Test accuracy 86.89%


In [0]:
# Predicting the Test set results
y_pred = classifier.predict(X_test)

In [0]:
# Making the Confusion Matrix
from sklearn.metrics import confusion_matrix
cm = confusion_matrix(y_test, y_pred)
print(cm)

[[21  6]
 [ 2 32]]


In [0]:
print("Accuracy:",str(round((21+32)/(21+6+32+2)*100,2)), "%")

Accuracy: 86.89 %


Great, looks like RBF fits better. Cool, let's move ahead and try Naive Bayes Classification.

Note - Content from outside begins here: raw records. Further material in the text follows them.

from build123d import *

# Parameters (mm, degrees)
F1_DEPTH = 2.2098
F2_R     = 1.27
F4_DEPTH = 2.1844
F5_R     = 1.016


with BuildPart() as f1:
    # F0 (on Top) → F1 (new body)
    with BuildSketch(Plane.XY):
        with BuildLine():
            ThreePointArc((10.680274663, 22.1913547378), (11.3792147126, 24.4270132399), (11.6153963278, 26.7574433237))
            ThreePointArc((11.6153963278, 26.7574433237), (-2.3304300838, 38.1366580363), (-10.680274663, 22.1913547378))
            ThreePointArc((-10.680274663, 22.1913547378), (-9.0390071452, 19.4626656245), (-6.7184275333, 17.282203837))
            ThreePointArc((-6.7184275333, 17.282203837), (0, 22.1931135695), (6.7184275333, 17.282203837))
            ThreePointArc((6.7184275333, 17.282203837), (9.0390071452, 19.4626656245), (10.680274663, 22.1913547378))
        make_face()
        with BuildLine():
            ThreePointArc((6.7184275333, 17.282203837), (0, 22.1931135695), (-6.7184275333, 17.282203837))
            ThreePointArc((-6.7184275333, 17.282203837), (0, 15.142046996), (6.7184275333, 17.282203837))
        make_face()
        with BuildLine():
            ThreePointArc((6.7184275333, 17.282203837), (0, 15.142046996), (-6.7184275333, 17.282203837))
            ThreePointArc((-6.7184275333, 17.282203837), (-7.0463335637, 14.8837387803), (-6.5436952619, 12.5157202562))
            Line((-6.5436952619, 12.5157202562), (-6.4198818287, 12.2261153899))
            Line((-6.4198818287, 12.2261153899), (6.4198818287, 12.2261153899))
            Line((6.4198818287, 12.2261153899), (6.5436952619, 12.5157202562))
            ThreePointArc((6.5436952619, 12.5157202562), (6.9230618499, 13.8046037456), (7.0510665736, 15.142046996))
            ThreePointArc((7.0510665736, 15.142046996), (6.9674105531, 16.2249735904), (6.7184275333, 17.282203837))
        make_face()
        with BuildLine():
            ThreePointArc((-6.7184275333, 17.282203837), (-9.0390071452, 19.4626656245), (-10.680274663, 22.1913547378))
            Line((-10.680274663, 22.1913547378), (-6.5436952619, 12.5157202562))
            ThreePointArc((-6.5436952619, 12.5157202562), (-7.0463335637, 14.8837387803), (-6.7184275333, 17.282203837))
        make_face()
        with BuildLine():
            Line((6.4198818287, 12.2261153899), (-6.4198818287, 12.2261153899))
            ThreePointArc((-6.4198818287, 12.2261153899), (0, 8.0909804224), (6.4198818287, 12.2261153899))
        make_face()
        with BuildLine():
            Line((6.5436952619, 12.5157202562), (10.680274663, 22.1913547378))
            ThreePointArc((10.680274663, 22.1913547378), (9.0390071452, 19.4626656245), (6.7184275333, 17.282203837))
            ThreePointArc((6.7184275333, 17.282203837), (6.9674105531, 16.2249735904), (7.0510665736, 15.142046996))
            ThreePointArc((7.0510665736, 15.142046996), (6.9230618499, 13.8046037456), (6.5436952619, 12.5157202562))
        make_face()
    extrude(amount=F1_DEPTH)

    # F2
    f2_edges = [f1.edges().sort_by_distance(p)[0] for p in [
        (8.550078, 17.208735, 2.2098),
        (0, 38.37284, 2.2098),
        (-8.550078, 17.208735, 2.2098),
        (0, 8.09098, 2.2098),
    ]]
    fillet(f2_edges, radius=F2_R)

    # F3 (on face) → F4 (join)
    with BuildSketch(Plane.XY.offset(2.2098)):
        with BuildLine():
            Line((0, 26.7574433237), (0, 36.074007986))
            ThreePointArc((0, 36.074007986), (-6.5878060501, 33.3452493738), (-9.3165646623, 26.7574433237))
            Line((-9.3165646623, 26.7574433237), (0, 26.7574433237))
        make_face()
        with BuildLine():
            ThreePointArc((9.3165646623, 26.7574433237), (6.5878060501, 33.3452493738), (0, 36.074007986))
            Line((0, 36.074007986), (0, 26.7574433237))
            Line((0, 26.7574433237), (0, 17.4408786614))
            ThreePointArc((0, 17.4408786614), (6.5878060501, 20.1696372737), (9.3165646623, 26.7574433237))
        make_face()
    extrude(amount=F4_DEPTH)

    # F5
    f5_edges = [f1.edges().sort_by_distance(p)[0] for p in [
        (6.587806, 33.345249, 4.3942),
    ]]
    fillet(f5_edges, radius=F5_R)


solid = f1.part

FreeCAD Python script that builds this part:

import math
import FreeCAD as App
import Part
import Sketcher
from FreeCAD import Vector
Q = App.Units.Quantity


def edges_at(feature, points):
    """Names of the edges that pass closest to the given points."""
    edges = feature.Shape.Edges
    near = lambda p: min(range(len(edges)), key=lambda i: edges[i].distToShape(Part.Vertex(*p))[0])
    return sorted({f"Edge{near(p) + 1}" for p in points})

doc = App.newDocument("Part")
body = doc.addObject("PartDesign::Body", "Body")

sketch1 = body.newObject("Sketcher::SketchObject", "Sketch")
sketch1.AttachmentSupport = (doc.getObject("XY_Plane"), [""])
sketch1.MapMode = "FlatFace"
sketch1.addGeometry([
    Part.ArcOfCircle(Part.Circle(Vector(0, 26.757443, 0), Vector(0, 0, 1), 11.615396), math.radians(-23.147938), math.radians(0)),
    Part.ArcOfCircle(Part.Circle(Vector(0, 26.757443, 0), Vector(0, 0, 1), 11.615396), math.radians(0), math.radians(203.147938)),
    Part.LineSegment(Vector(-10.680275, 22.191355, 0), Vector(-6.543695, 12.51572, 0)),
    Part.LineSegment(Vector(-6.543695, 12.51572, 0), Vector(-6.419882, 12.226115, 0)),
    Part.ArcOfCircle(Part.Circle(Vector(0, 15.142047, 0), Vector(0, 0, 1), 7.051067), math.radians(-155.572294), math.radians(-24.427706)),
    Part.LineSegment(Vector(6.419882, 12.226115, 0), Vector(6.543695, 12.51572, 0)),
    Part.LineSegment(Vector(6.543695, 12.51572, 0), Vector(10.680275, 22.191355, 0)),
], False)
sketch1.addConstraint([
    Sketcher.Constraint("Coincident", 0, 2, 1, 1),
    Sketcher.Constraint("Coincident", 1, 2, 2, 1),
    Sketcher.Constraint("Coincident", 2, 2, 3, 1),
    Sketcher.Constraint("Coincident", 3, 2, 4, 1),
    Sketcher.Constraint("Coincident", 4, 2, 5, 1),
    Sketcher.Constraint("Coincident", 5, 2, 6, 1),
    Sketcher.Constraint("Coincident", 6, 2, 0, 1),
    Sketcher.Constraint("Coincident", 1, 3, 0, 3),
    Sketcher.Constraint("PointOnObject", 0, 3, -2),
    Sketcher.Constraint("PointOnObject", 4, 3, -2),
    Sketcher.Constraint("Distance", 3, Q("0.0124001 in")),
    Sketcher.Constraint("Distance", 5, Q("0.0124001 in")),
    Sketcher.Constraint("Radius", 0, Q("11.615396 mm")),
    Sketcher.Constraint("Radius", 4, Q("7.051067 mm")),
    Sketcher.Constraint("DistanceX", 5, 2, 0, 2, Q("5.071701 mm")),
    Sketcher.Constraint("DistanceY", -1, 1, 2, 2, Q("12.51572 mm")),
    Sketcher.Constraint("DistanceX", 3, 2, -1, 1, Q("6.419882 mm")),
    Sketcher.Constraint("DistanceX", -1, 1, 4, 2, Q("6.419882 mm")),
    Sketcher.Constraint("DistanceY", -1, 1, 5, 2, Q("12.51572 mm")),
    Sketcher.Constraint("DistanceY", 1, 2, 0, 3, Q("4.566089 mm")),
    Sketcher.Constraint("DistanceY", 1, 2, 0, 2, Q("4.566089 mm")),
    Sketcher.Constraint("DistanceY", 3, 2, 1, 2, Q("9.965239 mm")),
    Sketcher.Constraint("DistanceX", 6, 2, 0, 2, Q("0.935122 mm")),
])
pad1 = body.newObject("PartDesign::Pad", "Pad")
pad1.Profile = sketch1
pad1.Length = Q("0.087 in")
doc.recompute()

fillet = body.newObject("PartDesign::Fillet", "Fillet")
fillet.Base = (pad1, edges_at(pad1, [
    (8.612, 17.354, 2.21),
    (-2.33, 38.137, 2.21),
    (-8.612, 17.354, 2.21),
    (0, 8.091, 2.21),
]))
fillet.Radius = Q("0.05 in")

sketch2 = body.newObject("Sketcher::SketchObject", "Sketch001")
sketch2.AttachmentSupport = (doc.getObject("XY_Plane"), [""])
sketch2.MapMode = "FlatFace"
sketch2.AttachmentOffset = App.Placement(Vector(0, 0, 0.087 * 25.4), App.Rotation())
sketch2.addGeometry([
    Part.LineSegment(Vector(-9, 27, 0), Vector(0, 27, 0)),
    Part.LineSegment(Vector(0, 27, 0), Vector(0, 17, 0)),
    Part.ArcOfCircle(Part.Circle(Vector(0, 27, 0), Vector(0, 0, 1), 9), math.radians(-90), math.radians(180)),
], False)
sketch2.addConstraint([
    Sketcher.Constraint("Coincident", 0, 2, 1, 1),
    Sketcher.Constraint("Coincident", 1, 2, 2, 1),
    Sketcher.Constraint("Coincident", 2, 2, 0, 1),
    Sketcher.Constraint("Horizontal", 0),
    Sketcher.Constraint("Vertical", 1),
    Sketcher.Constraint("Coincident", 0, 2, 2, 3),
    Sketcher.Constraint("PointOnObject", 2, 3, -2),
    Sketcher.Constraint("Radius", 2, Q("9.316565 mm")),
    Sketcher.Constraint("DistanceY", -1, 1, 1, 2, Q("17.440879 mm")),
])
pad2 = body.newObject("PartDesign::Pad", "Pad001")
pad2.Profile = sketch2
pad2.Length = Q("0.086 in")
doc.recompute()

fillet2 = body.newObject("PartDesign::Fillet", "Fillet001")
fillet2.Base = (pad2, edges_at(pad2, [(6.588, 33.345, 4.394)]))
fillet2.Radius = Q("0.04 in")

doc.recompute()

# Analyzing using Naive Bayes 

Documentation: 

A Naive Bayes classifier is a probabilistic machine learning model that’s used for classification task. The crux of the classifier is based on the Bayes theorem. 

In [0]:
# Fitting classifier to the Training set
from sklearn.naive_bayes import GaussianNB
classifier = GaussianNB()
classifier.fit(X_train,y_train)

GaussianNB(priors=None, var_smoothing=1e-09)

In [0]:
print('Test accuracy {:.2f}%'.format(classifier.score(X_test,y_test)*100))

Test accuracy 85.25%


In [0]:
# Predicting the Test set results
y_pred = classifier.predict(X_test)

In [0]:
# Making the Confusion Matrix
from sklearn.metrics import confusion_matrix
cm = confusion_matrix(y_test, y_pred)
print(cm)

[[21  6]
 [ 3 31]]


In [0]:
print("Accuracy:",str(round((21+31)/(21+6+31+3)*100,2)), "%")

Accuracy: 85.25 %


Well, Naive Bayes performs almost equilvalent to Kernel SVM. We have a 1.64% difference because of 1 test example. Having more data might have trained the machine better (unless it's high bias).